Fox, que apenas observava a situação, levantou a mão com sutileza. O homem expirou.

— Diga, Fox.

— Desde que Jefrey Caos desapareceu, há cinquenta anos, não tivemos notícias de um novo portador do Espaço; isso nos mostra três possíveis possibilidades. — Ela sinalizava os números com a mão. — Jefrey Caos está vivo. Não existem mais portadores do espaço. Ou o poder simplesmente não despertou ainda.

Desta vez, foi o Rumpel quem levantou a mão. Após uma sinalização daquele a quem chamam de Senhor, ele falou o que pensava.

— Mesmo que o Jefrey estivesse vivo, não passaria de um idoso, o que o tornaria menos perigoso do que um dia foi para nós.

O homem gargalhou.

— Agradeça por eu jamais o ter permitido enfrentar aquele cara! Caso contrário, você não estaria aqui para dizer tal baboseira!

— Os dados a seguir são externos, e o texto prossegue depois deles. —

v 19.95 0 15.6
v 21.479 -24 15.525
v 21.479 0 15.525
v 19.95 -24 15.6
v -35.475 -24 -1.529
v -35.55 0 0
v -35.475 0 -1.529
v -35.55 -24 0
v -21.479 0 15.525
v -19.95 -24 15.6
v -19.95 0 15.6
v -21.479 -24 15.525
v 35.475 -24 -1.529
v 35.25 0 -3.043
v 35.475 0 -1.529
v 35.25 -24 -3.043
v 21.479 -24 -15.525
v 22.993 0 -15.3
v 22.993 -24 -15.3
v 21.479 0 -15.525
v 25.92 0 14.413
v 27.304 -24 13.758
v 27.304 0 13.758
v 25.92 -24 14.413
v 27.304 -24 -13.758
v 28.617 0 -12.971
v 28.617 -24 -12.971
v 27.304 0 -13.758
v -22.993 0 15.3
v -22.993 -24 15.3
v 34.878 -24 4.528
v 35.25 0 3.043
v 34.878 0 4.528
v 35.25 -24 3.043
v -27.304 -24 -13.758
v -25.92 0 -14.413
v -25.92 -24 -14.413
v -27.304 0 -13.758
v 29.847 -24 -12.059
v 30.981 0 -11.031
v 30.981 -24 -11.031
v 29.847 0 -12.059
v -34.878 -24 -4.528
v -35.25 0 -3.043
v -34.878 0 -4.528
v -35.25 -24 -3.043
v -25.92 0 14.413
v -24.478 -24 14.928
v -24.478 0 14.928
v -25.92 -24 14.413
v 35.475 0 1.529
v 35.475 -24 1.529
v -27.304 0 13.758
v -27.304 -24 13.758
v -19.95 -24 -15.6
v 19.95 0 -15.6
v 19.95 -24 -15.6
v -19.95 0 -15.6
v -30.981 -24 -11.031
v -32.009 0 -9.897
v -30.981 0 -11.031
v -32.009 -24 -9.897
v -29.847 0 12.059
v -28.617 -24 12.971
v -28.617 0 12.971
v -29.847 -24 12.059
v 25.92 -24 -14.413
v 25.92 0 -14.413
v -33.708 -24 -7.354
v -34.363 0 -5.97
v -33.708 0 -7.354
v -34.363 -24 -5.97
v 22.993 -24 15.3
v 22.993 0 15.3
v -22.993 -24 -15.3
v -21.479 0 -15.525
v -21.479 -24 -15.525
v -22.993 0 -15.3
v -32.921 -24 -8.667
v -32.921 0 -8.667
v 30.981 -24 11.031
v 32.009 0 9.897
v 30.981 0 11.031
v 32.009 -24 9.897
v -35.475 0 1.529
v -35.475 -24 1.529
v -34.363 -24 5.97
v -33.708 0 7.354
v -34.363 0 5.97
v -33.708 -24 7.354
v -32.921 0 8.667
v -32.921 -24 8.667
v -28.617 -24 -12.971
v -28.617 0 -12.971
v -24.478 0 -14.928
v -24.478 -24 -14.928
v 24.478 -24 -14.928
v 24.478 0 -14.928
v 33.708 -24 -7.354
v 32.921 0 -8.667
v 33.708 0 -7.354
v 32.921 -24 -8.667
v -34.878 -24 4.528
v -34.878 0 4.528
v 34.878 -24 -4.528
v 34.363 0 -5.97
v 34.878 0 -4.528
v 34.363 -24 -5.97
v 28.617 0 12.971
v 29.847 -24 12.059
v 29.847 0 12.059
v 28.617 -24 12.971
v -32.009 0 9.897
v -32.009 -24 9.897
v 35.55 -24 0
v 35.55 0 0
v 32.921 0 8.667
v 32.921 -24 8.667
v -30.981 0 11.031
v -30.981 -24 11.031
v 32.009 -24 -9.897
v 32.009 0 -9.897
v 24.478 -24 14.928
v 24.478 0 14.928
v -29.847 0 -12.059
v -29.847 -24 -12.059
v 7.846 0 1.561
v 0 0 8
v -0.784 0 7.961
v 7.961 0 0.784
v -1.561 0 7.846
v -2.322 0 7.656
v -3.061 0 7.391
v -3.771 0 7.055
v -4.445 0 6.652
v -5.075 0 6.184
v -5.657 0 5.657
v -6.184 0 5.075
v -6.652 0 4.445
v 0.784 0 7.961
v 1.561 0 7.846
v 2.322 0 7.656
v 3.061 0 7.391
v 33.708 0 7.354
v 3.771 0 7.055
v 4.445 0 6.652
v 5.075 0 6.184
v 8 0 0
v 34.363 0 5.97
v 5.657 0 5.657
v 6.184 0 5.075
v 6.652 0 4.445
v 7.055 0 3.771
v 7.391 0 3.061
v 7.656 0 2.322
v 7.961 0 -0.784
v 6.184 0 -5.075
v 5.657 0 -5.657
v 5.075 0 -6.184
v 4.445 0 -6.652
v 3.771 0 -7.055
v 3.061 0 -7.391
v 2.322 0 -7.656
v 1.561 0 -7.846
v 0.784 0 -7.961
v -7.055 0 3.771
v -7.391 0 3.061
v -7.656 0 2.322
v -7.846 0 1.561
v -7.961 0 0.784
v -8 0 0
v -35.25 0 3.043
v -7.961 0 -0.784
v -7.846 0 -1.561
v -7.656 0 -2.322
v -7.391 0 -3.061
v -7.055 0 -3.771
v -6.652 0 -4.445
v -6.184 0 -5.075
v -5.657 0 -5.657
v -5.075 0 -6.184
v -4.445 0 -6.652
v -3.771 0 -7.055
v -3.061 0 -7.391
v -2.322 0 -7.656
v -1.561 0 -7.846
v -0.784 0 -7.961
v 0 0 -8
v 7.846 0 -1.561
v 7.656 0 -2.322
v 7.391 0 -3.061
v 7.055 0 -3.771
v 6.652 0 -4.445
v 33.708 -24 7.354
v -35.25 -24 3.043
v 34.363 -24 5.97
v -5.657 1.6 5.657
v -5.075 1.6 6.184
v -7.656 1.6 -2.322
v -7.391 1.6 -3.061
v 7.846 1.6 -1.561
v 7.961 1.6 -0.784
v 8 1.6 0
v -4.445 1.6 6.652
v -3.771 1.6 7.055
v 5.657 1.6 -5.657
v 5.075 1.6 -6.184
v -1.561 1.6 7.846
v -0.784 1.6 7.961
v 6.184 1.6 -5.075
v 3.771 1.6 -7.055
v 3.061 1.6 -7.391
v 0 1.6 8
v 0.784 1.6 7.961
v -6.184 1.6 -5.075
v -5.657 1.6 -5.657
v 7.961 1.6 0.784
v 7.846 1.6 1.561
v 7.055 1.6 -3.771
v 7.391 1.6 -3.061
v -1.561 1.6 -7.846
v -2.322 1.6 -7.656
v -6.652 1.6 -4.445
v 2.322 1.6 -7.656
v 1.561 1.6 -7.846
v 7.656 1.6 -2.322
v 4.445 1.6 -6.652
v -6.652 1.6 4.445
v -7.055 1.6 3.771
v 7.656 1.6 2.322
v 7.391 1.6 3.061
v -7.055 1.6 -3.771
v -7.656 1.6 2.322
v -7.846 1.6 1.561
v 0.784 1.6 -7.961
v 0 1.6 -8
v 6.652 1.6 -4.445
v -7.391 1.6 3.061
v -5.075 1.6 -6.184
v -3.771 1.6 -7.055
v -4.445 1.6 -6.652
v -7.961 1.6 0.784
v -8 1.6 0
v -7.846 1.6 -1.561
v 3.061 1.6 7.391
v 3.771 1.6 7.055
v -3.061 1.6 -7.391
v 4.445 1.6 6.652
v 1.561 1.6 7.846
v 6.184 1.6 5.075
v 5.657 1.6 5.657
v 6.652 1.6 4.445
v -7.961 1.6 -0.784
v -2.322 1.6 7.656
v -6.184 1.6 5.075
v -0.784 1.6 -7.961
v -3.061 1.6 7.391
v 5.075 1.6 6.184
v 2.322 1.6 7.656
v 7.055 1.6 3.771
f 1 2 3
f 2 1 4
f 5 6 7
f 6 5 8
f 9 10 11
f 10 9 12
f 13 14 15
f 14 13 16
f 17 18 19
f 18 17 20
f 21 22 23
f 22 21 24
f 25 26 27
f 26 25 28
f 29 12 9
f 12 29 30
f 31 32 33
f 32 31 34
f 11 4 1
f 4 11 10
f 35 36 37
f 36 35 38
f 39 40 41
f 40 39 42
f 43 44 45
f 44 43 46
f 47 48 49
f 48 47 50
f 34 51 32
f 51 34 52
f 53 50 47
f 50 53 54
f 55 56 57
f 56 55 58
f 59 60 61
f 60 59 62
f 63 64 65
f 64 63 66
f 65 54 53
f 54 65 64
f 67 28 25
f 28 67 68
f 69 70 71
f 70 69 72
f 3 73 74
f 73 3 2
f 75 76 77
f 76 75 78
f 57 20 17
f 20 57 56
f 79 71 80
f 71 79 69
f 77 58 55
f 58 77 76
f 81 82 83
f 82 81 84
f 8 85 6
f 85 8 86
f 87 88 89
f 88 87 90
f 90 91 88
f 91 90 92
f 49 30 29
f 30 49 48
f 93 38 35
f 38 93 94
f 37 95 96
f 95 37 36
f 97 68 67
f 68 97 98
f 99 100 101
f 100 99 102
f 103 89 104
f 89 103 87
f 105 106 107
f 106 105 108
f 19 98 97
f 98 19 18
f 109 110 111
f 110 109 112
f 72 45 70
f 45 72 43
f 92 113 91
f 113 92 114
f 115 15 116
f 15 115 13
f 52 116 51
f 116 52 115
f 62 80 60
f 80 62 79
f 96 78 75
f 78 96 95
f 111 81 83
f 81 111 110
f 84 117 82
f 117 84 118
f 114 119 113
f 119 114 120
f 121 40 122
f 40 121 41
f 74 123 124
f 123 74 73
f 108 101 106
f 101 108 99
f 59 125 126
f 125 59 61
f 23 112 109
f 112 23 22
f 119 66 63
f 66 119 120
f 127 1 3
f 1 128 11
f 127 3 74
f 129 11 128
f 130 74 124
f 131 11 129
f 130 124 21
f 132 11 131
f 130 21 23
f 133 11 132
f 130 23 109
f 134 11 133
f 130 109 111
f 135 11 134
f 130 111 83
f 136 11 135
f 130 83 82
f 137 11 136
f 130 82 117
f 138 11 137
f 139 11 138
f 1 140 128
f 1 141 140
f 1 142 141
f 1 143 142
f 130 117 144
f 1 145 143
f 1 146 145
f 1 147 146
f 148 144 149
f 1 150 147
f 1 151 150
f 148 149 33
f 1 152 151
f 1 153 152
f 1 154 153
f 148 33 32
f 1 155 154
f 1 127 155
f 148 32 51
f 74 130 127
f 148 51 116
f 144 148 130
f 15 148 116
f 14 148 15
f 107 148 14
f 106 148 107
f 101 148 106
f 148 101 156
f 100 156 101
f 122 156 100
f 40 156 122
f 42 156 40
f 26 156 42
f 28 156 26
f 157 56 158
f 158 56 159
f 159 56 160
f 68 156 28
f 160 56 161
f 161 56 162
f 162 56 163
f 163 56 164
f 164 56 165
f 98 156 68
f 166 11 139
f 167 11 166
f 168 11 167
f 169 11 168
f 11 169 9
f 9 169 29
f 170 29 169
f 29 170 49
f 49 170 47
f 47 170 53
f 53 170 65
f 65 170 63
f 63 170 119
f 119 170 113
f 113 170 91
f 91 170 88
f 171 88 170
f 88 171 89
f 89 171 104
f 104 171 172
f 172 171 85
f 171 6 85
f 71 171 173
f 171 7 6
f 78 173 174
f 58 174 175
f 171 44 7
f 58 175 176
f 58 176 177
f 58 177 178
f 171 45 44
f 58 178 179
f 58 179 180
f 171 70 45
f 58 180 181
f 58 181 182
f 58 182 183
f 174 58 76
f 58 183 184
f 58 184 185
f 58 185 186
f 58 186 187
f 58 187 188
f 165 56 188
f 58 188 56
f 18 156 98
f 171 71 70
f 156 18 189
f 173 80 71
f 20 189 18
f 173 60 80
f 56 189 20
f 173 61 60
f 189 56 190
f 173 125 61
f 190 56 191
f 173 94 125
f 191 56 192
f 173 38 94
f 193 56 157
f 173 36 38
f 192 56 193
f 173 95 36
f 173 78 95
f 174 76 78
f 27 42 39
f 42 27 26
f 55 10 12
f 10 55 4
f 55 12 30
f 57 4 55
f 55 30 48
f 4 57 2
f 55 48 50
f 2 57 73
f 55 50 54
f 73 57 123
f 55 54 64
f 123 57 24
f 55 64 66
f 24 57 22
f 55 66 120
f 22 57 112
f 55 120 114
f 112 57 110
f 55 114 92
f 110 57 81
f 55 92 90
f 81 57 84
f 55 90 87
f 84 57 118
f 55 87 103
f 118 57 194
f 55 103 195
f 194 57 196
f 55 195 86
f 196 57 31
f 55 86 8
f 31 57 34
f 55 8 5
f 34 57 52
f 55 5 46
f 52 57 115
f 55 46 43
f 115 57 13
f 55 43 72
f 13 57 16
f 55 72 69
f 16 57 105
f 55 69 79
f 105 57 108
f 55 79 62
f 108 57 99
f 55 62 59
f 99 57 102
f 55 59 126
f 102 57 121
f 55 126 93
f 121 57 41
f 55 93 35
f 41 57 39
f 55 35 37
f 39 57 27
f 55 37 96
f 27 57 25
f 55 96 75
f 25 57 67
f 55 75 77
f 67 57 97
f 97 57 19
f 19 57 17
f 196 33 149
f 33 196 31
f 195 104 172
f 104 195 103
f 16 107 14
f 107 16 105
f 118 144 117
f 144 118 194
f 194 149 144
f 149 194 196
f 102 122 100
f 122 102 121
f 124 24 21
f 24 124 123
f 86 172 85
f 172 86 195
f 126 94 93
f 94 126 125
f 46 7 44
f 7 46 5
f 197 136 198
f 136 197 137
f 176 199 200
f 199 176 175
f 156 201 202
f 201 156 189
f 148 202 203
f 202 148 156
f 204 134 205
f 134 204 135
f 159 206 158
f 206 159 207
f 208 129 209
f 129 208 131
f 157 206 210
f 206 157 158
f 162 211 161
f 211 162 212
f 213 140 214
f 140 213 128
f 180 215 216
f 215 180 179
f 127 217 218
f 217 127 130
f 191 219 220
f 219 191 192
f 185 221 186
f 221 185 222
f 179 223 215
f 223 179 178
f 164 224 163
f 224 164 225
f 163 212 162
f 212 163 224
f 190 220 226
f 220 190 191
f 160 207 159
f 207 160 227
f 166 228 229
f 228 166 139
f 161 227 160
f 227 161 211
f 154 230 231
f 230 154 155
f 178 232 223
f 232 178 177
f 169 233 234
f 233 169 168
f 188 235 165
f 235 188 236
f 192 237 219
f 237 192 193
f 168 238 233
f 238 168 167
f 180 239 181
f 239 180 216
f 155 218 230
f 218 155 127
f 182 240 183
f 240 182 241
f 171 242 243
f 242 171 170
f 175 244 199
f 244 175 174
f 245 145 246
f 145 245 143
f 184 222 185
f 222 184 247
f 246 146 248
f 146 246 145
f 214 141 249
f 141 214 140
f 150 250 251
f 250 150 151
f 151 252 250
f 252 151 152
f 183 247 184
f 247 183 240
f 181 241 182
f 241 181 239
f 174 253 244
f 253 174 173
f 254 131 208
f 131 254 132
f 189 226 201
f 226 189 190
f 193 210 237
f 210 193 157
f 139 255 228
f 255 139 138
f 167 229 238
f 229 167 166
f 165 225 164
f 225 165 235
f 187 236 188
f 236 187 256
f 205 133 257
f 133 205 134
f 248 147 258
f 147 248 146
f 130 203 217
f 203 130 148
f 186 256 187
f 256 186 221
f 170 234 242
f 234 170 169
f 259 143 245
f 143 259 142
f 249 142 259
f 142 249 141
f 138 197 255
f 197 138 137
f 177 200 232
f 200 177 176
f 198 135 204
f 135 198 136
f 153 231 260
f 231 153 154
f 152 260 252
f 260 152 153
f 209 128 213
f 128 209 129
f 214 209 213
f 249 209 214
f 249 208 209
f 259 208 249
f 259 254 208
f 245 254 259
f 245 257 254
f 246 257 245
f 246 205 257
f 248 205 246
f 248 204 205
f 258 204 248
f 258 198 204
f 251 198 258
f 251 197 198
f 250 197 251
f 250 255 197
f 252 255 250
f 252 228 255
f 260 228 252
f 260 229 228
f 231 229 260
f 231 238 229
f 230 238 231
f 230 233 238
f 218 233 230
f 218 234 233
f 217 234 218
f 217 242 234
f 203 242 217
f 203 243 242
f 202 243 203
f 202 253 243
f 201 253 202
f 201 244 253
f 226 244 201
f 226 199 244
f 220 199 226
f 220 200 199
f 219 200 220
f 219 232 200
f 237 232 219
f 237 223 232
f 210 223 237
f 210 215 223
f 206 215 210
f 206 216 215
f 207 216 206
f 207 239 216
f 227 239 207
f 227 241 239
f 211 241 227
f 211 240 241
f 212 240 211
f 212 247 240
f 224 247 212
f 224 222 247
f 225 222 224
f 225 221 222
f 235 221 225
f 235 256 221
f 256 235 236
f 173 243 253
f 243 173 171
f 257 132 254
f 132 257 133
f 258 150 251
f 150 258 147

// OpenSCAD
include <config.scad>

// ============================================================
// LOGITECH C310 BODY — NOT FOR PRINTING. Simplified visual mesh
// for the sim digital twin, so the cameras in MuJoCo / Isaac look
// like the real sensor. Pill-shaped housing + lens ring.
//
// PART FRAME: origin at the OPTICAL CENTER (lens), optical axis
// +Y, +Z up — the sim's camera sensors are colocated with this
// origin, so pose math stays trivial.
// ============================================================

module cam_body() {
    r = cam_body_h/2;
    // body center relative to the lens
    cx = -cam_lens_x_offset;
    cz = -cam_lens_z_offset;
    union() {
        // pill housing: hull of two depth-axis cylinders
        translate([cx, -cam_body_d, cz])
            hull()
                for (sx = [-1, 1])
                    translate([sx*(cam_body_w/2 - r), 0, 0])
                        rotate([-90, 0, 0])
                            cylinder(h=cam_body_d, r=r);
        // lens ring
        rotate([-90, 0, 0]) cylinder(h=1.6, d=cam_lens_ring_dia);
    }
}

cam_body();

Ele começou a subir as escadas, em direção ao trono novamente.

— Jefrey Caos era uma anomalia, alguém que não deveria existir… e; ainda assim, existiu. Dentre essas possibilidades, Fox, a provável é a de que o poder não despertou. Hofir? — O grande inseto ajoelhou-se instantaneamente ao ouvir o seu Senhor chamá-lo. — Permaneça de olho nos infiltrados que temos nas Grandes Escolas. Já conseguiu alguém para ocupar o lugar daquele que saiu de WallBright ano passado?

— Sim, meu Senhor! O nosso espião será um aluno do primeiro ano. Desta vez, optei por alguém mais novo; assim, não perdemos o nosso informante pelo pouco tempo que ficaria lá.

— Certo, certo. — Sentou-se sobre o trono novamente. — Agora… — Ele estendeu uma das mãos em minha direção; de repente, me vi voando em sua direção. Ele me pegou pelo pescoço, eu não conseguia respirar! — Você não acha que já ouviu demais?


Acordei ofegante, suando e tremendo.